Given the negative climate of opinion concerning Heidegger produced by the traditional Western humanist community's all too easy equation of his "anti-humanist" thought with Nazism, this genealogy of Western modernity-this retrieval of the nothing [das Nichts]-and the anxiety (Angst) it instigates-that is ontological prior to (the Anthropological understanding of) Being will, no doubt, sound either nihilistic or Eurocentric. But, it should be remembered, Heidegger's genealogy of Western humanist modernity was, also, however marginally, insistently articulated as a critique of its Eurocentrism, that, in other words, it was consciously undertaken with the Western modernity's global "will to power" in mind. His awareness of the global reach of this imperial language of Western modernity-it will not be inappropriate to call it Orientalist after said--is epitomized in his "Dialogue on Language" with his former Japanese student Shiuzo Kuki:

J. But, as I have indicated, the temptation [in modern Japan] is great to rely on European ways of representation and their concepts.

I. The temptation is reinforced by a process which I would call the complete Europeanization of the earth and of man.

J. Many people consider this process the triumphal march of reason.

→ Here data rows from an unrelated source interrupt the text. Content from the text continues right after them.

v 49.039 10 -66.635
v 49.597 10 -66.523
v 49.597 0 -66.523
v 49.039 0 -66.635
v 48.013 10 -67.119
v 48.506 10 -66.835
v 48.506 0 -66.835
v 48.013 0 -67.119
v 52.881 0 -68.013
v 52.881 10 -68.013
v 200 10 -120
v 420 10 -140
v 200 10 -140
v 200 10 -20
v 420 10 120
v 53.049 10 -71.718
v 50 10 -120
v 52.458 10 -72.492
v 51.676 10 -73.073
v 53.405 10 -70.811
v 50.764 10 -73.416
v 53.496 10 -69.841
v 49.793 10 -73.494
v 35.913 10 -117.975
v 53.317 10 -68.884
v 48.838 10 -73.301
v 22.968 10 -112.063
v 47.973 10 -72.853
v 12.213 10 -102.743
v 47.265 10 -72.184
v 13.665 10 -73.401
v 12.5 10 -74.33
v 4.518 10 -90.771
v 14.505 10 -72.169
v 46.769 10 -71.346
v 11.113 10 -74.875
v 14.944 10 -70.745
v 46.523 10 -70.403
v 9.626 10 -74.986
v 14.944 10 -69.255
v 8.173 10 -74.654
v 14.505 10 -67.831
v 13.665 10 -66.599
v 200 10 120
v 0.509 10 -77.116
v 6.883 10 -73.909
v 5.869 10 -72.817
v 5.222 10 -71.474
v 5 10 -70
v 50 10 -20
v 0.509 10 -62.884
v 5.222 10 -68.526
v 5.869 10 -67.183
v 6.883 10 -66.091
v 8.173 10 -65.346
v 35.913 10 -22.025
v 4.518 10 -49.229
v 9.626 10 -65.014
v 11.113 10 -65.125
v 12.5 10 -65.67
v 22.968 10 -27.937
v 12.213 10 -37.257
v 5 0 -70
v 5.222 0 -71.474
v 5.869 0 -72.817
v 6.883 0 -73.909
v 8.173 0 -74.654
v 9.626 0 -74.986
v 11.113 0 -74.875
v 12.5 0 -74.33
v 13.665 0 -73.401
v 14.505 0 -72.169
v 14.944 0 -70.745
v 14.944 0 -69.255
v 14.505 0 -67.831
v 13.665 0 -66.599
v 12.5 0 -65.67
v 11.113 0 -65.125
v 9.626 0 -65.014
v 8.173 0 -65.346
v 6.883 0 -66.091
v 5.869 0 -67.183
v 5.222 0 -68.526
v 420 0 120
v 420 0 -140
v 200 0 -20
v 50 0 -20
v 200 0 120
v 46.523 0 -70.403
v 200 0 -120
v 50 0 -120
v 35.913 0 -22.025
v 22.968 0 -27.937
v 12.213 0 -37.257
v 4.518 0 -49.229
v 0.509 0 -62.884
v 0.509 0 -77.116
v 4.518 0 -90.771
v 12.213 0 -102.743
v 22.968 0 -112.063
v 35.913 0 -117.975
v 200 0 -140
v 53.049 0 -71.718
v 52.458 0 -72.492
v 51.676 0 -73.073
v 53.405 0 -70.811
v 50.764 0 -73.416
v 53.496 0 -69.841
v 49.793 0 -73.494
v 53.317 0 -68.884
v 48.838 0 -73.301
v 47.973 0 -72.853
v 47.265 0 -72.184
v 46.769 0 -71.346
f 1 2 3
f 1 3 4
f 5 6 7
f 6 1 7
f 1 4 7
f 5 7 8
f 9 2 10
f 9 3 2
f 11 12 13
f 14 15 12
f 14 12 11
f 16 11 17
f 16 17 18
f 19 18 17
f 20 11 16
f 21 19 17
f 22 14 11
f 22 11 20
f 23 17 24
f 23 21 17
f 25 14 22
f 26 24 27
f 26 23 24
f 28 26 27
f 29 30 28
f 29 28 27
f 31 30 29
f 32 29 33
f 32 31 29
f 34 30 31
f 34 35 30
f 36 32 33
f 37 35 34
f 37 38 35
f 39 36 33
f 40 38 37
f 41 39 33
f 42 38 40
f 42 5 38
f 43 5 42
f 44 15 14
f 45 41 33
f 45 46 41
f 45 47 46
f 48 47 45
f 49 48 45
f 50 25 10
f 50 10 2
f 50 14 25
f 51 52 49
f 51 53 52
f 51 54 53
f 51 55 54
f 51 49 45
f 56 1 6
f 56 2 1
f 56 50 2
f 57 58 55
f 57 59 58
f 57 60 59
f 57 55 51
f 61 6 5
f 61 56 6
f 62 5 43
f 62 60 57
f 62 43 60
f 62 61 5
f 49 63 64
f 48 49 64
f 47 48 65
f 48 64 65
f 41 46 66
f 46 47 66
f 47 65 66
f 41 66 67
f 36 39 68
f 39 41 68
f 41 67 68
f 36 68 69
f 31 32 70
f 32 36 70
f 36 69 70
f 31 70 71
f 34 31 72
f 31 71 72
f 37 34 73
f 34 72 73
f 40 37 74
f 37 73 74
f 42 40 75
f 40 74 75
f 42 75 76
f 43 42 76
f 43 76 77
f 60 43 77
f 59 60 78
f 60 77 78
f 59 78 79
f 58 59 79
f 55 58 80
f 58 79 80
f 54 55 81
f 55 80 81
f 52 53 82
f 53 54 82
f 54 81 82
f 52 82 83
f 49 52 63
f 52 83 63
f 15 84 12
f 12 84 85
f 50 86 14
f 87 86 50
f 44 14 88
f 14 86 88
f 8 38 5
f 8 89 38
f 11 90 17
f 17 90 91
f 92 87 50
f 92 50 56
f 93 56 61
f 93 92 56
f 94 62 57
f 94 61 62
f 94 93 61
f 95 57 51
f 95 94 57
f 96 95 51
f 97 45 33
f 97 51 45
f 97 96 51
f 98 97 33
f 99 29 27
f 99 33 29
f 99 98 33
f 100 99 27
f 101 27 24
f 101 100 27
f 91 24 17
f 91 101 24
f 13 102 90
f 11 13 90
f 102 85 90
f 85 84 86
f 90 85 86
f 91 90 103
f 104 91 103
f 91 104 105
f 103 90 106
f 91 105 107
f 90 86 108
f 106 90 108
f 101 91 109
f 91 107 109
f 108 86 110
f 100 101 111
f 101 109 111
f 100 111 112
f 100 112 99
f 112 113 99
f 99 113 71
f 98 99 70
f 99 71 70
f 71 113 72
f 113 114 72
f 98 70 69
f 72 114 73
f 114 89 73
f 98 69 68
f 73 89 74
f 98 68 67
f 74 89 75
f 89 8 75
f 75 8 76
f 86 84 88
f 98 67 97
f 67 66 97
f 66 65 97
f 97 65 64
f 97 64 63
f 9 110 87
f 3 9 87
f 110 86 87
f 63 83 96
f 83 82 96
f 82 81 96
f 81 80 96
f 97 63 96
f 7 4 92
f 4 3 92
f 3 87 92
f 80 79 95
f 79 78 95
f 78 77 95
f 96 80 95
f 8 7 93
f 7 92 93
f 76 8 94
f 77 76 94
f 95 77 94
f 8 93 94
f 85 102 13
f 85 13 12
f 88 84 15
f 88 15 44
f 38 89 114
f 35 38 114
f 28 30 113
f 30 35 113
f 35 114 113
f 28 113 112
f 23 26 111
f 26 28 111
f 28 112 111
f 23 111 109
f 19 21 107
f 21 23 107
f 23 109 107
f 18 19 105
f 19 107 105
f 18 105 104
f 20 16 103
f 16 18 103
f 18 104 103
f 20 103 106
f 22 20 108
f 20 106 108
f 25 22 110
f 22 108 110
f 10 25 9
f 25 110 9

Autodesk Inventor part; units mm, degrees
ref_plane "YZ Plane" through (0, 0, 0) normal (1, 0, 0) x (0, 1, 0)
ref_plane "XZ Plane" through (0, 0, 0) normal (0, 1, 0) x (-1, 0, 0)
ref_plane "XY Plane" through (0, 0, 0) normal (0, 0, 1) x (1, 0, 0)
sketch "Boceto1" plane through (0, 0, 0) normal (0, 1, 0) x (-1, 0, 0)
  line L0 (-420, 120) -> (-420, -140)
  circle A0 centre (-50, -70) radius 3
  circle A1 centre (-10, -70) radius 5
  line L1 (-200, -140) -> (-200, 120)
  circle A2 centre (-50, -70) radius 50
  line L2 (-200, -20) -> (-50, -20)
  line L3 (-200, -120) -> (-50, -120)
  line L4 (-200, -140) -> (-420, -140)
  line L5 (-420, 120) -> (-200, 120)
  circle A3 centre (-50, -70) radius 3.5
  arc A4 (-52.881, -68.0126) -> (-46.5233, -70.4029) centre (-50, -70) ccw
  line L6 (-50, -70) -> (-52.881, -68.0126) construction
  line L7 (-50, -70) -> (-46.5233, -70.4029) construction
  arc A5 (-48.0126, -67.119) -> (-49.5971, -66.5233) centre (-50, -70) ccw
  line L8 (-50, -70) -> (-49.5971, -66.5233) construction
  line L9 (-50, -70) -> (-48.0126, -67.119) construction
  line L10 (-46.5233, -70.4029) -> (-48.0126, -67.119)
  line L11 (-49.5971, -66.5233) -> (-52.881, -68.0126)
  point P0 (0, 0)
  dimension "d1" = 260
  dimension "d10" = 6
  dimension "d14" = 10
  dimension "d22" = 40
  dimension "d29" = 220
  dimension "d43" = 100
  dimension "d51" = 20
  dimension "d52" = 200
  dimension "d58" = 7
  dimension "d63" = 207.99
  dimension "d64" = 27.99
  dimension "d71" = 20
extrude "Extrusión2" add sketch "Boceto1" along normal blind 10 contours L5 L1 L4 L0 | L2 A2 L3 L1 | A2 | A0 | A0 L10 A3 L11 | L10 A3 | A0 L11 A3 L10 | L11 A3 | A1
extrude "Extrusión4" cut sketch "Boceto1" along normal blind 10 contours A1
extrude "Extrusión5" cut sketch "Boceto1" along normal blind 10 contours A0 | A0 L10 A3 L11 | A0 L11 A3 L10
properties part number "Posicionador" material "Acero, fundido"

At the end of the eighteenth century, in the French Revolution, was not reason proclaimed a goddess?

I. Indeed. The idolization of that divinity is in fact carried so far that any thinking which rejects the claim of reason as not originary simply has to be maligned today as unreason. (Heidegger 1971, 15)

Seen in the reconstellated light of this retrieved "East"--the West's perennial (vanquished) "other"-in rethinking his critique of Western humanism, Heidegger's retrieval of the "nothing" that Western thinking has in a willful and increasingly paranoid way had nothing to do with from its origins undergoes a remarkable sea-change. On the one hand, the West's nullification of the nothing becomes the ontological foundation of the nullification of, among other sites on the continuum of being, humanity, culture, and the polity of the "East": its representation of the Orient as non-existent, or more precisely, as yet-to-be-developed, on the analogy of its representation of the nothing as that which is not some thing. Thus the persistent Western identification of the land of the Orient as having reverted to terra nullius and of its peoples as nomadic, which is to say, amorphous, uncivil (devoid of vocation), and without history. On the other hand, as Heidegger's emphasis on the West's persistent appeal to the nothing to establish the truth of Being (as Summum Ens) resonantly suggests, its very will to nullify the nothing-or to transform or "work" (cultivate) it into something-implies that the nothing does indeed exists as a specter that haunts this absolute truth of the vocational West. (20) And, although Heidegger says little overtly beyond his insistent generalized reminder of the catastrophic consequences of the arrogant "Europeanization of the earth and man," about the social and political relations between the West and the East, what he does is enough to suggest the analogous relationship between the specter of the nothing that haunts the triumphal truth discourse of the West and the emergence in the wake of the self-de-struction of Western imperialism of the (vanquished) world of the East--the multitude of beings that the West from its origins has perennially reduced to "nonbeings" and colonized in the name of Humanism and History.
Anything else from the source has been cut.